I dont know. $50. Thats me not buying any parts and obviously no return shipping. And thats also keeping in mind that I may not get to it until the weekend. I have no problems fixing the amp. But I think you can save your money and fix it yourself. Its not that hard I promise. it looks complex. And in reality. That amp is very complex. But, at least from the failures I have seen... and created... Its an easy fix. The most difficult thing to fix is the dang indicator circuits for the indicator lights. But even that took me only a good 10 mins of probing and schematic studying. Just to discover that 1 diode and 1 opamp failed at a cost of less than $2. But even with the stupid lights flashing the amp worked perfectly fine. So I dealt with it until it was time to sell it. But let me know.
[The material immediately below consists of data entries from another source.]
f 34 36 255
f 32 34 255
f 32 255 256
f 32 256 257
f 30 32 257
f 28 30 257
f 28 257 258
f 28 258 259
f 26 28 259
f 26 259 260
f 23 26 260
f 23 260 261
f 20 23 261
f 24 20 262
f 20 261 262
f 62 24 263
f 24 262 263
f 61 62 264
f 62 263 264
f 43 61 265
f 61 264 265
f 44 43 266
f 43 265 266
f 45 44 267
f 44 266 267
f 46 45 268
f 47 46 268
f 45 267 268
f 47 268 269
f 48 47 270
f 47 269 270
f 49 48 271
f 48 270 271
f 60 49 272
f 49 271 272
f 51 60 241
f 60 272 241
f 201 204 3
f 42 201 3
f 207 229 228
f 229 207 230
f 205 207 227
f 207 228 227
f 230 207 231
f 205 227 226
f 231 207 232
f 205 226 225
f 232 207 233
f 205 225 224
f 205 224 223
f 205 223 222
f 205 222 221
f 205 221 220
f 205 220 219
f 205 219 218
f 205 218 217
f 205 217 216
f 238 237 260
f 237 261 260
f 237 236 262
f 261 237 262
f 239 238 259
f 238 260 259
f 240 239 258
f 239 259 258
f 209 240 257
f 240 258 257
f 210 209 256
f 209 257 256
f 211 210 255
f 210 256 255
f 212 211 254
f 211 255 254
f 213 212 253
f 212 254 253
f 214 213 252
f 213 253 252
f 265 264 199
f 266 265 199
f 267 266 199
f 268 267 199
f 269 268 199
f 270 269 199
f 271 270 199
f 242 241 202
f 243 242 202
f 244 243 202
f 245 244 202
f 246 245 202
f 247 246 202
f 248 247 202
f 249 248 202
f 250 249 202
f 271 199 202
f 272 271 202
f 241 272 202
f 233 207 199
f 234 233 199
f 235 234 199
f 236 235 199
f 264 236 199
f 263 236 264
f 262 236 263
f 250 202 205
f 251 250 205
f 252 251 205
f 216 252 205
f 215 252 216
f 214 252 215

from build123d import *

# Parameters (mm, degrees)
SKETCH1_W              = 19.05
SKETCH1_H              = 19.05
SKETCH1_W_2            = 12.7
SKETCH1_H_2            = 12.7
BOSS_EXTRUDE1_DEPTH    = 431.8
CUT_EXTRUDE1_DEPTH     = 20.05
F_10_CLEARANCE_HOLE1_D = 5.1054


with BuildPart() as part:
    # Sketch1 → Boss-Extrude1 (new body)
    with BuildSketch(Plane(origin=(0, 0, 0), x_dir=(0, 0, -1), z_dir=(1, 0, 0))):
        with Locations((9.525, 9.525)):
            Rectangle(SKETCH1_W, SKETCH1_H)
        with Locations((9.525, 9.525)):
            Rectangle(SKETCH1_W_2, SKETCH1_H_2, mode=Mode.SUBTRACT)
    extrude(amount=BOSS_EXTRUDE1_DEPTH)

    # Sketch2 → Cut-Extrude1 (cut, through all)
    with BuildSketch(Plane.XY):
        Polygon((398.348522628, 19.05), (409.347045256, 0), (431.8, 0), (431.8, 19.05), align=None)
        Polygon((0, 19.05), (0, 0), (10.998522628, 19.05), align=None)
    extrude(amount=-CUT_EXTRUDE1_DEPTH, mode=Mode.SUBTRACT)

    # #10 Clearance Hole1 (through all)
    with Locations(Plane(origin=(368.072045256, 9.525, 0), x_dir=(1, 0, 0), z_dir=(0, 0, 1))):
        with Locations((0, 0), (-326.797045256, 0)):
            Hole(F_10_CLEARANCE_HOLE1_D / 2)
I'll fix it if you want me to. Or I can work you through fixing it yourself.


----------



## bass lover (May 2, 2011)

Thanks alot man you have bee a great help .Hopfully ill run into some more people like you. ill KEEP YA UPDATED


----------



## clipse4u2c (Nov 24, 2010)

I have a similar question. I have an alpine mrv-1005 which is just a model below and when I hook it up I get the green light and it does not go into protect. When I hook up the speakers I get nothing. So the amp has no output. I have replaced the amp and everything works fine so I know the problem is the amp. Any ideas on where to look. I took the back cover off and can't see anything that looks burt or blown although I'm not really sure what to look for other than the obvious signs. I amp isn't worth a whole lot so I don't want to spend alot sending it to get repaired. Any thoughts on what might be something to look into first. Thanks


----------



## Therum (Apr 18, 2009)

Read Basic Car Audio Electronics Goto amplifier repair basics. Hint. The power light being on means nothing other than remote voltage has been applied.  Hit me back after you have checked the amp. But check to make sure that the solder connections at the power terminal are still intact.


----------



## bass lover (May 2, 2011)

hey i have been so busy moving its driving me crazy.Any way that stupid old profile i was taking about has i think 6 big round caps and 2 feel blown.I only know this cause it happened to some of our computers and my dad showed me.I just might consider having you help me when u can therum on this alpine.I just have no time !!!!


----------



## bass lover (May 2, 2011)

i need help knowing how to check some stuff i got a good meeter im goonna go to bed.


----------



## Therum (Apr 18, 2009)

So hows it going?


----------